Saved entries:
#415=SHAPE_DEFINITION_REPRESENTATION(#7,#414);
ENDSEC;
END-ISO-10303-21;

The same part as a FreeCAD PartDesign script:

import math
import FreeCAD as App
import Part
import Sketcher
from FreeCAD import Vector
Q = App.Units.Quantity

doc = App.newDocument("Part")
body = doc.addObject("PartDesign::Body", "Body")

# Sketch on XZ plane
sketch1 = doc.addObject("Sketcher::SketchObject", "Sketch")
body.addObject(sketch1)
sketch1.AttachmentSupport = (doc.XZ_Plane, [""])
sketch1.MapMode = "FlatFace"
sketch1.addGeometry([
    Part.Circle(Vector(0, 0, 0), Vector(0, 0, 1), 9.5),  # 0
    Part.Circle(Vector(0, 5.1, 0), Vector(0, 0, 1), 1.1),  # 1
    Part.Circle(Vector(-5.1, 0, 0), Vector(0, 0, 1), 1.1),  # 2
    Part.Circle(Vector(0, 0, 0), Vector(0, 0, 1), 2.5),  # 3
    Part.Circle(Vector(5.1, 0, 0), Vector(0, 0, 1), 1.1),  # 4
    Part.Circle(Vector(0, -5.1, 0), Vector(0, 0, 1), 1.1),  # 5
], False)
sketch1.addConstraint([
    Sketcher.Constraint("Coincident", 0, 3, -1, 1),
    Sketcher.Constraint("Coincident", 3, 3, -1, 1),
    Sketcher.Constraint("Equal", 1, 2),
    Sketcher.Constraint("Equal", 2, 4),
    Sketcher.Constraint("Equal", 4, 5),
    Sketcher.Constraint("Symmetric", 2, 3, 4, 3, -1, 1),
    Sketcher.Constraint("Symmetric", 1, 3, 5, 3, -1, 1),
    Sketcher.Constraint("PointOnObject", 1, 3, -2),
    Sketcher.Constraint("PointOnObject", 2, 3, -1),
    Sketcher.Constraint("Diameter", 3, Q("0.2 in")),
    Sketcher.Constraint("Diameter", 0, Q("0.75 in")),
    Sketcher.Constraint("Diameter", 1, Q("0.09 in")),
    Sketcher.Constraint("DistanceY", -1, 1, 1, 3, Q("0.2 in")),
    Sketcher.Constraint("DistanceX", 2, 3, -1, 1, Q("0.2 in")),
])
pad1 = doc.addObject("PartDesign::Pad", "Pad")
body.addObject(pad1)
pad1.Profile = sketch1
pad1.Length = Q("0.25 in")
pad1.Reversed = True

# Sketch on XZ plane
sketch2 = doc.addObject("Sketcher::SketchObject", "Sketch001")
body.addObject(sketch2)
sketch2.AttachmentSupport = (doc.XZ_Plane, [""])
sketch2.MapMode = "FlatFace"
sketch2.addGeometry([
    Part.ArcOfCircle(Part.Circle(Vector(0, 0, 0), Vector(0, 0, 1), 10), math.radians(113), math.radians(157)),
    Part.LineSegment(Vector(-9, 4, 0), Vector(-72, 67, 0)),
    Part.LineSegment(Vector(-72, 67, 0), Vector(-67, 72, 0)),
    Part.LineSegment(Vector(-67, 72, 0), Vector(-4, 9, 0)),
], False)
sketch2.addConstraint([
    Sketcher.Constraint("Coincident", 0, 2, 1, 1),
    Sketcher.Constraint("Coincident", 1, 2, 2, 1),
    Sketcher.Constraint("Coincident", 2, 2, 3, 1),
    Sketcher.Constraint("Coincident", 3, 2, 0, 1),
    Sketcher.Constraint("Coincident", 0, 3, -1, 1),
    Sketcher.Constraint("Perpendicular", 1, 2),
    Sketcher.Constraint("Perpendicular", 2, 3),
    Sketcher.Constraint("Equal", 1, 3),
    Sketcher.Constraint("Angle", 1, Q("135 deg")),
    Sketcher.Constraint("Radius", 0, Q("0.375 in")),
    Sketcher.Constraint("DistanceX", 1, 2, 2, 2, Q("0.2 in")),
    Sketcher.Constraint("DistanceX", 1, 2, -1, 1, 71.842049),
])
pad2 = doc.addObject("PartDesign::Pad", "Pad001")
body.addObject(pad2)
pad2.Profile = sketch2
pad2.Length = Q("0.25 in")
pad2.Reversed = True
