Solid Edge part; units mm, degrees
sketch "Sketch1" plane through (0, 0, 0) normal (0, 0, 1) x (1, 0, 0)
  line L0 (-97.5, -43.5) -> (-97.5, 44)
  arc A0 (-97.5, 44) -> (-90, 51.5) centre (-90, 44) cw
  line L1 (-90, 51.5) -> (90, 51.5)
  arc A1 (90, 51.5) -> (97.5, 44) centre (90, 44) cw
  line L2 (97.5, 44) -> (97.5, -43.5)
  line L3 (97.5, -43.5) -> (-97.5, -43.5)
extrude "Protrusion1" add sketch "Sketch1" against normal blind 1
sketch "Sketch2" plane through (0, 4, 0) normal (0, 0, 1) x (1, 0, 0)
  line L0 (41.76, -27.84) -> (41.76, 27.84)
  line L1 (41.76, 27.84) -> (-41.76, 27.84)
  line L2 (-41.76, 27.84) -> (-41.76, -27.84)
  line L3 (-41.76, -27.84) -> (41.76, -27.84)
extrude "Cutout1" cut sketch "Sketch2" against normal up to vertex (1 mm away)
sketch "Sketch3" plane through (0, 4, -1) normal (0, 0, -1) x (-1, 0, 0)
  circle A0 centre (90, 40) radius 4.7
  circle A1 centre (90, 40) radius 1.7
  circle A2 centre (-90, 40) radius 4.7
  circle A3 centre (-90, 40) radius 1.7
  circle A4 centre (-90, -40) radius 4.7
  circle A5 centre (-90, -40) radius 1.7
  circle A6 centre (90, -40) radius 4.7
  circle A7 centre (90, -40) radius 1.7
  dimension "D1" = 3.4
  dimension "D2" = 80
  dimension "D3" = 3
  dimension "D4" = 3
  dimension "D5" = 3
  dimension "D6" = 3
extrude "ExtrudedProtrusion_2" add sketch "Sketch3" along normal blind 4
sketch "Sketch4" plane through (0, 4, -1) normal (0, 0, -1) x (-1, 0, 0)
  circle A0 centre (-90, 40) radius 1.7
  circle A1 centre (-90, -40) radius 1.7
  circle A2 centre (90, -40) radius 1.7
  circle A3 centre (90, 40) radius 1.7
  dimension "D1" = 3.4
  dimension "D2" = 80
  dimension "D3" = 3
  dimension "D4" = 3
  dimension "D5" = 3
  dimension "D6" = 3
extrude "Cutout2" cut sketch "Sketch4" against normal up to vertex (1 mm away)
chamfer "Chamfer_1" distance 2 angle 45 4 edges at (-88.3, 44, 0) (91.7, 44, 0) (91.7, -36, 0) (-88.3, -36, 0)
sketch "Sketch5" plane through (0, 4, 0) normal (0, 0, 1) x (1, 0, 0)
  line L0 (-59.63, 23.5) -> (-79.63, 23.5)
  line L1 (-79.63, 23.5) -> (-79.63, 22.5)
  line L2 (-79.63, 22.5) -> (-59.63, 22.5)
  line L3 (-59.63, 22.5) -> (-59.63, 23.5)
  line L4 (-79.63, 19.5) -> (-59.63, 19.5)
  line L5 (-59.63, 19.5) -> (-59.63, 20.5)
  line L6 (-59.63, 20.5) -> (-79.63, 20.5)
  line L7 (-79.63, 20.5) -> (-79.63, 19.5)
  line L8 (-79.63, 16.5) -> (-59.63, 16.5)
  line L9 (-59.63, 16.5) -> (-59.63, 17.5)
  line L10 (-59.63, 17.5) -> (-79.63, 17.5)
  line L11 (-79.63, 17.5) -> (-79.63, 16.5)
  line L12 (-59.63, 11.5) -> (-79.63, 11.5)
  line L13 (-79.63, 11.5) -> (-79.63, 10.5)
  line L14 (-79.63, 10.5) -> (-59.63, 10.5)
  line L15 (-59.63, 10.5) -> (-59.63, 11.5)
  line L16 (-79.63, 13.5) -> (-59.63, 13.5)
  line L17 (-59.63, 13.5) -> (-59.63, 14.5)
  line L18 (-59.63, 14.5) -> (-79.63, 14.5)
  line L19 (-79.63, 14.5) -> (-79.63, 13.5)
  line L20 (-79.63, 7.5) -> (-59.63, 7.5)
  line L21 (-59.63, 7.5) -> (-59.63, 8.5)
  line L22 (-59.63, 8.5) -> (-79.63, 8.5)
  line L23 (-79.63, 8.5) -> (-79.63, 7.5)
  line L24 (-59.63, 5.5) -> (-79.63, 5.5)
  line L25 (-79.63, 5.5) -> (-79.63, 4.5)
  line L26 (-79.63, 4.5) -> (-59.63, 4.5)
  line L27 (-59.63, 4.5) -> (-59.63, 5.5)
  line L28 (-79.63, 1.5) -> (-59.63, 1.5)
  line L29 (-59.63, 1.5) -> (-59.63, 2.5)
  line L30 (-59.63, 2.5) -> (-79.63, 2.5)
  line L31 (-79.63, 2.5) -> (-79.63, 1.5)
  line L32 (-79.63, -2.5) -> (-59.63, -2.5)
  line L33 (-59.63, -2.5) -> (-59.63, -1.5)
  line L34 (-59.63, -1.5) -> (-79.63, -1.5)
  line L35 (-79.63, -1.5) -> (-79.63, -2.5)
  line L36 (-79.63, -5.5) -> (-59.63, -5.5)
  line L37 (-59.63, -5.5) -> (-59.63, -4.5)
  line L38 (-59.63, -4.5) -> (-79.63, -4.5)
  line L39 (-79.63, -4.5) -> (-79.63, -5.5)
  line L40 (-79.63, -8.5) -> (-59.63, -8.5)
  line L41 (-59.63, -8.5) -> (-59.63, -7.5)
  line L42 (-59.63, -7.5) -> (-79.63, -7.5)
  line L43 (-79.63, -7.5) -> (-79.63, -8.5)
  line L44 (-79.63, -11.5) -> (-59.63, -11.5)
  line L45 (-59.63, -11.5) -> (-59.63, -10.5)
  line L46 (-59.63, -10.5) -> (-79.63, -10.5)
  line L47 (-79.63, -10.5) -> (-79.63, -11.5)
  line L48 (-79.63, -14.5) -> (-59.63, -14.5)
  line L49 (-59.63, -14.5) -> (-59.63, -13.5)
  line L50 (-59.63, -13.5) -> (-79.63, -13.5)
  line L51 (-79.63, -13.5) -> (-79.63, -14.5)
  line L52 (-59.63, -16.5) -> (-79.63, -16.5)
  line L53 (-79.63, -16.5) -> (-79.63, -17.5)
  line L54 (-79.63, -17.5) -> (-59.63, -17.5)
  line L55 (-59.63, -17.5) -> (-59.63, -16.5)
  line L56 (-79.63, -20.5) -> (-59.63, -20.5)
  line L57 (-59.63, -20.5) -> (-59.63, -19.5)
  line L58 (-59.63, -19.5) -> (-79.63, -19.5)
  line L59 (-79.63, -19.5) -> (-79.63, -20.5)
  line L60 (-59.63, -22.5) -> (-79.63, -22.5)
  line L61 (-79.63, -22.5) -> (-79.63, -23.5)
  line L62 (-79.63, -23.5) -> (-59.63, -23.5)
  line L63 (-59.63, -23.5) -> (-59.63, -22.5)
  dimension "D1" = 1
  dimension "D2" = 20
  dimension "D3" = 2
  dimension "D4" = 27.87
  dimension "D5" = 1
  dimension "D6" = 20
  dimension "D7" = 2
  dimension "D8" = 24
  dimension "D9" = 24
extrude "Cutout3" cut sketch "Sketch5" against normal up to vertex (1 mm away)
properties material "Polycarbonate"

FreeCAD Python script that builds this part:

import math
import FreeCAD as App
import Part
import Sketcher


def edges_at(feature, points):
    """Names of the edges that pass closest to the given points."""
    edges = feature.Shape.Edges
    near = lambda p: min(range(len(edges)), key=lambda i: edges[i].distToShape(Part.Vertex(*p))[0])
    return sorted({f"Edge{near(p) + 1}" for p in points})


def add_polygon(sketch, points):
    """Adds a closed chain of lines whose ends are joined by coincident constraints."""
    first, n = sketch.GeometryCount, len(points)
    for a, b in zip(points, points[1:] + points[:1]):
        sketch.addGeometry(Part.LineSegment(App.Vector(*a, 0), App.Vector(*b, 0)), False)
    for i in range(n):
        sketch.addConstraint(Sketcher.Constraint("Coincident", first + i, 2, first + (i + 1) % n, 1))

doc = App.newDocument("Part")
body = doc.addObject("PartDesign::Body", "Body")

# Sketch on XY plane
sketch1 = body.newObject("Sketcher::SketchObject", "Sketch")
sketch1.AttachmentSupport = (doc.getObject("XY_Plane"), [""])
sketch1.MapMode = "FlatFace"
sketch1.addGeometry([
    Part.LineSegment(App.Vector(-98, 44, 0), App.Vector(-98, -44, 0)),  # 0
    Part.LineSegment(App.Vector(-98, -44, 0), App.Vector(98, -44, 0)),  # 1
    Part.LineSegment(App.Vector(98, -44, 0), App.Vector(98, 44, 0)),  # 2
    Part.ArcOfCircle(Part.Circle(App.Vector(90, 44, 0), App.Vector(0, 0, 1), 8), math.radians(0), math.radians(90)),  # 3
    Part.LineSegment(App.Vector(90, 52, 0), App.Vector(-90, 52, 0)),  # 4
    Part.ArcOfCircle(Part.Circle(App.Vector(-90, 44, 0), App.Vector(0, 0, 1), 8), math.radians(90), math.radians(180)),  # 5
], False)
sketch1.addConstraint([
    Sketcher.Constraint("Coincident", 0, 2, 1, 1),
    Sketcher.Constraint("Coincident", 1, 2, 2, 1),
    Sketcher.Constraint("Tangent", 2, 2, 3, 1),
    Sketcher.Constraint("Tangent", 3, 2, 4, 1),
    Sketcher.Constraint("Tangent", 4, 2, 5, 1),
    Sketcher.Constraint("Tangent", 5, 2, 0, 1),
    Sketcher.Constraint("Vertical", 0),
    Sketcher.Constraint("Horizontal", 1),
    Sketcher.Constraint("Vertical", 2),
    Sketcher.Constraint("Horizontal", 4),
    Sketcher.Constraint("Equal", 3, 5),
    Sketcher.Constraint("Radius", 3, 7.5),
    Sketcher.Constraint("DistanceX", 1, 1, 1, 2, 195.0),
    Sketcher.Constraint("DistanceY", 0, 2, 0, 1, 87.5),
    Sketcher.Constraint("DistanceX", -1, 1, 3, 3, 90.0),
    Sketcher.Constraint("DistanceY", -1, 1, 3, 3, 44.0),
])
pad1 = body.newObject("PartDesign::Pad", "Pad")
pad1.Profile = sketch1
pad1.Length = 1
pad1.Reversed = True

Task: Will you return exactly the lines above from the one with "line L46 (-59.63, -10.5) -> (-79.63, -10.5)" down to the one with "FreeCAD Python script", counting both as part of the range?

Result:
  line L46 (-59.63, -10.5) -> (-79.63, -10.5)
  line L47 (-79.63, -10.5) -> (-79.63, -11.5)
  line L48 (-79.63, -14.5) -> (-59.63, -14.5)
  line L49 (-59.63, -14.5) -> (-59.63, -13.5)
  line L50 (-59.63, -13.5) -> (-79.63, -13.5)
  line L51 (-79.63, -13.5) -> (-79.63, -14.5)
  line L52 (-59.63, -16.5) -> (-79.63, -16.5)
  line L53 (-79.63, -16.5) -> (-79.63, -17.5)
  line L54 (-79.63, -17.5) -> (-59.63, -17.5)
  line L55 (-59.63, -17.5) -> (-59.63, -16.5)
  line L56 (-79.63, -20.5) -> (-59.63, -20.5)
  line L57 (-59.63, -20.5) -> (-59.63, -19.5)
  line L58 (-59.63, -19.5) -> (-79.63, -19.5)
  line L59 (-79.63, -19.5) -> (-79.63, -20.5)
  line L60 (-59.63, -22.5) -> (-79.63, -22.5)
  line L61 (-79.63, -22.5) -> (-79.63, -23.5)
  line L62 (-79.63, -23.5) -> (-59.63, -23.5)
  line L63 (-59.63, -23.5) -> (-59.63, -22.5)
  dimension "D1" = 1
  dimension "D2" = 20
  dimension "D3" = 2
  dimension "D4" = 27.87
  dimension "D5" = 1
  dimension "D6" = 20
  dimension "D7" = 2
  dimension "D8" = 24
  dimension "D9" = 24
extrude "Cutout3" cut sketch "Sketch5" against normal up to vertex (1 mm away)
properties material "Polycarbonate"

FreeCAD Python script that builds this part:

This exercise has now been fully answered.